* [PROBLEM TO WORK ON] Return every line from the records below that has the word "BuildSketch".

Dataset items
____
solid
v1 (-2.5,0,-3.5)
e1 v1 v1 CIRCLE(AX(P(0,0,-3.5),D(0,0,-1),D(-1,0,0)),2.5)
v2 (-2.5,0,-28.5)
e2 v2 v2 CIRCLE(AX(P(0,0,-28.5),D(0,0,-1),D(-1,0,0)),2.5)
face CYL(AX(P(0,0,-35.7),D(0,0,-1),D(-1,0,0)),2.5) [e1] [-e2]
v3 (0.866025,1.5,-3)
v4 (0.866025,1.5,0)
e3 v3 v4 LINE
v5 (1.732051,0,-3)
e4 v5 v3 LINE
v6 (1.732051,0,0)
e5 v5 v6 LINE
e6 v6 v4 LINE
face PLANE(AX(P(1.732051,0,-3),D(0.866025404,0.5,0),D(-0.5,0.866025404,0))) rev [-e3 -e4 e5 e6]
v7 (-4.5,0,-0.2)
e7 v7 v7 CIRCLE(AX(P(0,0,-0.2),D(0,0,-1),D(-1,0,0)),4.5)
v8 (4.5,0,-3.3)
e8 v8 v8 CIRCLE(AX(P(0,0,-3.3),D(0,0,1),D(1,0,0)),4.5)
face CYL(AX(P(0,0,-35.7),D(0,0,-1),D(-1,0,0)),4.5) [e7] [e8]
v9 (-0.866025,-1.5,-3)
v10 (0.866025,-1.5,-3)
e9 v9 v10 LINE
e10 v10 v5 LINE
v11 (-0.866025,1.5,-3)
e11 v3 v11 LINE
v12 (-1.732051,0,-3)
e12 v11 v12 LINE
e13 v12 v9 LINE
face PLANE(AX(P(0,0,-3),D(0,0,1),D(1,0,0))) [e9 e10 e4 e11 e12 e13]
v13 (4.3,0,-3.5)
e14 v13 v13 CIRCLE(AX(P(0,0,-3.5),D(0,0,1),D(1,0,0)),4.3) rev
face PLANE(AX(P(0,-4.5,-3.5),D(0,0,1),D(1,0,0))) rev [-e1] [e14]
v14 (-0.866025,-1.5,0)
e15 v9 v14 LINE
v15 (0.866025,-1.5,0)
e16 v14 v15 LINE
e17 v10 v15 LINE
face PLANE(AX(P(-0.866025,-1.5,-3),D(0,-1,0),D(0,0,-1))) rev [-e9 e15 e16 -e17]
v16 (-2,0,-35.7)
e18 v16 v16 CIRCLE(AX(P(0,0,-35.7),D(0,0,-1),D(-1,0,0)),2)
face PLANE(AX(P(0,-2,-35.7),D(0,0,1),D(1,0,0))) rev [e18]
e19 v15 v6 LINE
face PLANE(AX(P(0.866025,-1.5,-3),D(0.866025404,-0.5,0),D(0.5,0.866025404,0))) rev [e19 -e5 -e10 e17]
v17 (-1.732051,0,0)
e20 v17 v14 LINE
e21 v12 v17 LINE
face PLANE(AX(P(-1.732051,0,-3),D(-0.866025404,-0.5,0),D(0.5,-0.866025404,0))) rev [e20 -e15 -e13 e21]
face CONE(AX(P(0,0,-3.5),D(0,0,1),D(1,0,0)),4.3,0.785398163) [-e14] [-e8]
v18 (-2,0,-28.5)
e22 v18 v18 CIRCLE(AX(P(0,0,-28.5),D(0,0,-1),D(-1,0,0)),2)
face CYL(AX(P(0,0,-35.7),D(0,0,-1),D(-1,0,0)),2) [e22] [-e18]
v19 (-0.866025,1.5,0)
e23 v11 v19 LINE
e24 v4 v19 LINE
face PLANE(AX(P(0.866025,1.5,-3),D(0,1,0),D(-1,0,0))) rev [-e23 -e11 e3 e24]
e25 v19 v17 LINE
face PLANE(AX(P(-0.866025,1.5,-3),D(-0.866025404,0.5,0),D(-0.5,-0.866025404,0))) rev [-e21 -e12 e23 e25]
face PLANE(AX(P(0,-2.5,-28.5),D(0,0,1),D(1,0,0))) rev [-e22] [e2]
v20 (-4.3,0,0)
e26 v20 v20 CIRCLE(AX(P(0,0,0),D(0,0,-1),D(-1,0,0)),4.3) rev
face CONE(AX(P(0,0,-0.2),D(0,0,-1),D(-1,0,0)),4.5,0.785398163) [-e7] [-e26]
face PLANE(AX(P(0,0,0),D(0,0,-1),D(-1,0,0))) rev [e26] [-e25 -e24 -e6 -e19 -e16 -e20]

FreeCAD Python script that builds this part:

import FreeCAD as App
import Part
import Sketcher

V = App.Vector
Q = App.Units.Quantity


def edges_at(feature, points):
    """Names of the edges that pass closest to the given points."""
    edges = feature.Shape.Edges
    near = lambda p: min(range(len(edges)), key=lambda i: edges[i].distToShape(Part.Vertex(*p))[0])
    return sorted({f"Edge{near(p) + 1}" for p in points})


def add_polygon(sketch, points):
    """Adds a closed chain of lines whose ends are joined by coincident constraints."""
    first, n = sketch.GeometryCount, len(points)
    for a, b in zip(points, points[1:] + points[:1]):
        sketch.addGeometry(Part.LineSegment(App.Vector(*a, 0), App.Vector(*b, 0)), False)
    for i in range(n):
        sketch.addConstraint(Sketcher.Constraint("Coincident", first + i, 2, first + (i + 1) % n, 1))

doc = App.newDocument("Part")
body = doc.addObject("PartDesign::Body", "Body")

sketch1 = body.newObject("Sketcher::SketchObject", "Sketch")
sketch1.AttachmentSupport = (doc.getObject("YZ_Plane"), [""])
sketch1.MapMode = "FlatFace"
add_polygon(sketch1, [(0, 0), (-4.5, 0), (-4.5, -3.5), (-2.5, -3.5), (-2.5, -28.5), (-2, -28.5), (-2, -35.7), (0, -35.7)])
sketch1.addConstraint(Sketcher.Constraint("Horizontal", 0))
sketch1.addConstraint(Sketcher.Constraint("Vertical", 1))
sketch1.addConstraint(Sketcher.Constraint("Horizontal", 2))
sketch1.addConstraint(Sketcher.Constraint("Vertical", 3))
sketch1.addConstraint(Sketcher.Constraint("Horizontal", 4))
sketch1.addConstraint(Sketcher.Constraint("Vertical", 5))
sketch1.addConstraint(Sketcher.Constraint("Horizontal", 6))
sketch1.addConstraint(Sketcher.Constraint("Vertical", 7))
sketch1.addConstraint(Sketcher.Constraint("Coincident", 7, 2, -1, 1))
sketch1.addConstraint(Sketcher.Constraint("Equal", 2, 6))
sketch1.addConstraint(Sketcher.Constraint("DistanceX", 2, 1, 2, 2, Q("2 mm")))
sketch1.addConstraint(Sketcher.Constraint("DistanceY", 3, 2, 3, 1, Q("25 mm")))
sketch1.addConstraint(Sketcher.Constraint("DistanceX", 0, 2, 0, 1, Q("4.5 mm")))
sketch1.addConstraint(Sketcher.Constraint("DistanceY", 1, 2, 1, 1, Q("3.5 mm")))
sketch1.addConstraint(Sketcher.Constraint("DistanceY", 5, 2, 5, 1, Q("7.2 mm")))
revolution = body.newObject("PartDesign::Revolution", "Revolution")
revolution.Profile = sketch1
revolution.ReferenceAxis = (sketch1, ["V_Axis"])
revolution.Angle = 360

sketch2 = body.newObject("Sketcher::SketchObject", "Sketch001")
sketch2.AttachmentSupport = (doc.getObject("XY_Plane"), [""])
sketch2.MapMode = "FlatFace"
add_polygon(sketch2, [(1.7, 0), (0.9, 1.5), (-0.9, 1.5), (-1.7, 0), (-0.9, -1.5), (0.9, -1.5)])
sketch2.addConstraint(Sketcher.Constraint("Horizontal", 1))
sketch2.addConstraint(Sketcher.Constraint("Horizontal", 4))
sketch2.addConstraint(Sketcher.Constraint("Symmetric", 0, 2, 3, 2, -1, 1))
sketch2.addConstraint(Sketcher.Constraint("Symmetric", 2, 2, 5, 2, -1, 1))
sketch2.addConstraint(Sketcher.Constraint("PointOnObject", 2, 2, -1))
sketch2.addConstraint(Sketcher.Constraint("Parallel", 2, 5))
sketch2.addConstraint(Sketcher.Constraint("Vertical", 1, 2, 3, 2))
sketch2.addConstraint(Sketcher.Constraint("Angle", 0, Q("120 deg")))
sketch2.addConstraint(Sketcher.Constraint("DistanceY", 3, 2, 1, 2, Q("3 mm")))
sketch2.addConstraint(Sketcher.Constraint("DistanceX", 1, 2, 1, 1, Q("1.732051 mm")))
pocket1 = body.newObject("PartDesign::Pocket", "Pocket")
pocket1.Profile = sketch2
pocket1.Length = 3
doc.recompute()

chamfer = body.newObject("PartDesign::Chamfer", "Chamfer")
chamfer.Base = (pocket1, edges_at(pocket1, [(4.5, 0, -3.5), (4.5, 0, 0)]))
chamfer.Size = 0.2

doc.recompute()
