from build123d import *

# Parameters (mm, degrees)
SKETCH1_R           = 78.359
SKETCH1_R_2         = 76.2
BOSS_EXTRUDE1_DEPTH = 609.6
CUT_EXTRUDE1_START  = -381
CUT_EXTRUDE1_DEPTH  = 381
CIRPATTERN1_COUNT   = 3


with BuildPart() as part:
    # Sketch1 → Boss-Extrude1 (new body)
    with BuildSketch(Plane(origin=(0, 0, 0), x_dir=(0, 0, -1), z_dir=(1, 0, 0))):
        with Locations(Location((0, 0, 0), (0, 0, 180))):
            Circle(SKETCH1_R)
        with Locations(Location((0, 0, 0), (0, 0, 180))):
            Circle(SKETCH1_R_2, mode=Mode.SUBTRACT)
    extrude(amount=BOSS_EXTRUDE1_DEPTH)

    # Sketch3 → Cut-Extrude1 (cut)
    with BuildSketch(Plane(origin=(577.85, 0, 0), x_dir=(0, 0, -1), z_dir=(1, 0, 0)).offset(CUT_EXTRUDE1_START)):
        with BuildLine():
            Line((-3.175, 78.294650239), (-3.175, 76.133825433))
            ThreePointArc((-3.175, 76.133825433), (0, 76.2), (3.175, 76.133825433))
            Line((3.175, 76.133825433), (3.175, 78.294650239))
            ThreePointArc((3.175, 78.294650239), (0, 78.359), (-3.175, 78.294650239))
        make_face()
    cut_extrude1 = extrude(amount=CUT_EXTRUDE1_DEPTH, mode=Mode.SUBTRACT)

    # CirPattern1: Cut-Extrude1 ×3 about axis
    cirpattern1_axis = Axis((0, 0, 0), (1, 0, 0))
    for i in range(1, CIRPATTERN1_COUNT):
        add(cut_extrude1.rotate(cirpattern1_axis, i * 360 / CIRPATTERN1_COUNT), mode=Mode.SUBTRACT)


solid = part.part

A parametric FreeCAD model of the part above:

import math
import FreeCAD as App
import Part
import Sketcher

V = App.Vector
Q = App.Units.Quantity

doc = App.newDocument("Part")
body = doc.addObject("PartDesign::Body", "Body")

# Sketch on YZ plane
sketch1 = body.newObject("Sketcher::SketchObject", "Sketch")
sketch1.AttachmentSupport = (doc.getObject("YZ_Plane"), [""])
sketch1.MapMode = "FlatFace"
sketch1.addGeometry(Part.Circle(V(0, 0, 0), V(0, 0, 1), 78.359), False)
sketch1.addGeometry(Part.Circle(V(0, 0, 0), V(0, 0, 1), 76.2), False)
sketch1.addConstraint(Sketcher.Constraint("Coincident", 0, 3, -1, 1))
sketch1.addConstraint(Sketcher.Constraint("Coincident", 1, 3, -1, 1))
sketch1.addConstraint(Sketcher.Constraint("Diameter", 1, Q("6 in")))
sketch1.addConstraint(Sketcher.Constraint("Diameter", 0, Q("6.17 in")))
pad1 = body.newObject("PartDesign::Pad", "Pad")
pad1.Profile = sketch1
pad1.Length = Q("24 in")

# Sketch on YZ plane
sketch2 = body.newObject("Sketcher::SketchObject", "Sketch001")
sketch2.AttachmentSupport = (doc.getObject("YZ_Plane"), [""])
sketch2.MapMode = "FlatFace"
sketch2.AttachmentOffset = App.Placement(V(0, 0, 7.75 * 25.4), App.Rotation())
sketch2.addGeometry(Part.LineSegment(V(78.29465, 3.175, 0), V(76.133825, 3.175, 0)), False)
sketch2.addGeometry(Part.ArcOfCircle(Part.Circle(V(0, 0, 0), V(0, 0, 1), 76.2), math.radians(-2.388015), math.radians(2.388015)), False)
sketch2.addGeometry(Part.LineSegment(V(76.133825, -3.175, 0), V(78.29465, -3.175, 0)), False)
sketch2.addGeometry(Part.ArcOfCircle(Part.Circle(V(0, 0, 0), V(0, 0, 1), 78.359), math.radians(-2.322183), math.radians(2.322183)), False)
sketch2.addConstraint(Sketcher.Constraint("Coincident", 0, 2, 1, 2))
sketch2.addConstraint(Sketcher.Constraint("Coincident", 1, 1, 2, 1))
sketch2.addConstraint(Sketcher.Constraint("Coincident", 2, 2, 3, 1))
sketch2.addConstraint(Sketcher.Constraint("Coincident", 3, 2, 0, 1))
sketch2.addConstraint(Sketcher.Constraint("Horizontal", 0))
sketch2.addConstraint(Sketcher.Constraint("Horizontal", 2))
sketch2.addConstraint(Sketcher.Constraint("Coincident", 1, 3, -1, 1))
sketch2.addConstraint(Sketcher.Constraint("Coincident", 3, 3, -1, 1))
sketch2.addConstraint(Sketcher.Constraint("Vertical", 0, 2, 1, 1))
sketch2.addConstraint(Sketcher.Constraint("Radius", 1, Q("3 in")))
sketch2.addConstraint(Sketcher.Constraint("Radius", 3, Q("3.085 in")))
sketch2.addConstraint(Sketcher.Constraint("DistanceY", 1, 1, 0, 2, Q("0.25 in")))
pocket1 = body.newObject("PartDesign::Pocket", "Pocket")
pocket1.Profile = sketch2
pocket1.Length = Q("15 in")
pocket1.Reversed = True
doc.recompute()

polarpattern = body.newObject("PartDesign::PolarPattern", "PolarPattern")
polarpattern.Originals = [pocket1]
polarpattern.Axis = (doc.getObject("X_Axis"), [""])
polarpattern.Angle = 360
polarpattern.Occurrences = 3
body.Tip = polarpattern

doc.recompute()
____
* [ANSWER TO THE EXERCISE]
    with BuildSketch(Plane(origin=(0, 0, 0), x_dir=(0, 0, -1), z_dir=(1, 0, 0))):
    with BuildSketch(Plane(origin=(577.85, 0, 0), x_dir=(0, 0, -1), z_dir=(1, 0, 0)).offset(CUT_EXTRUDE1_START)):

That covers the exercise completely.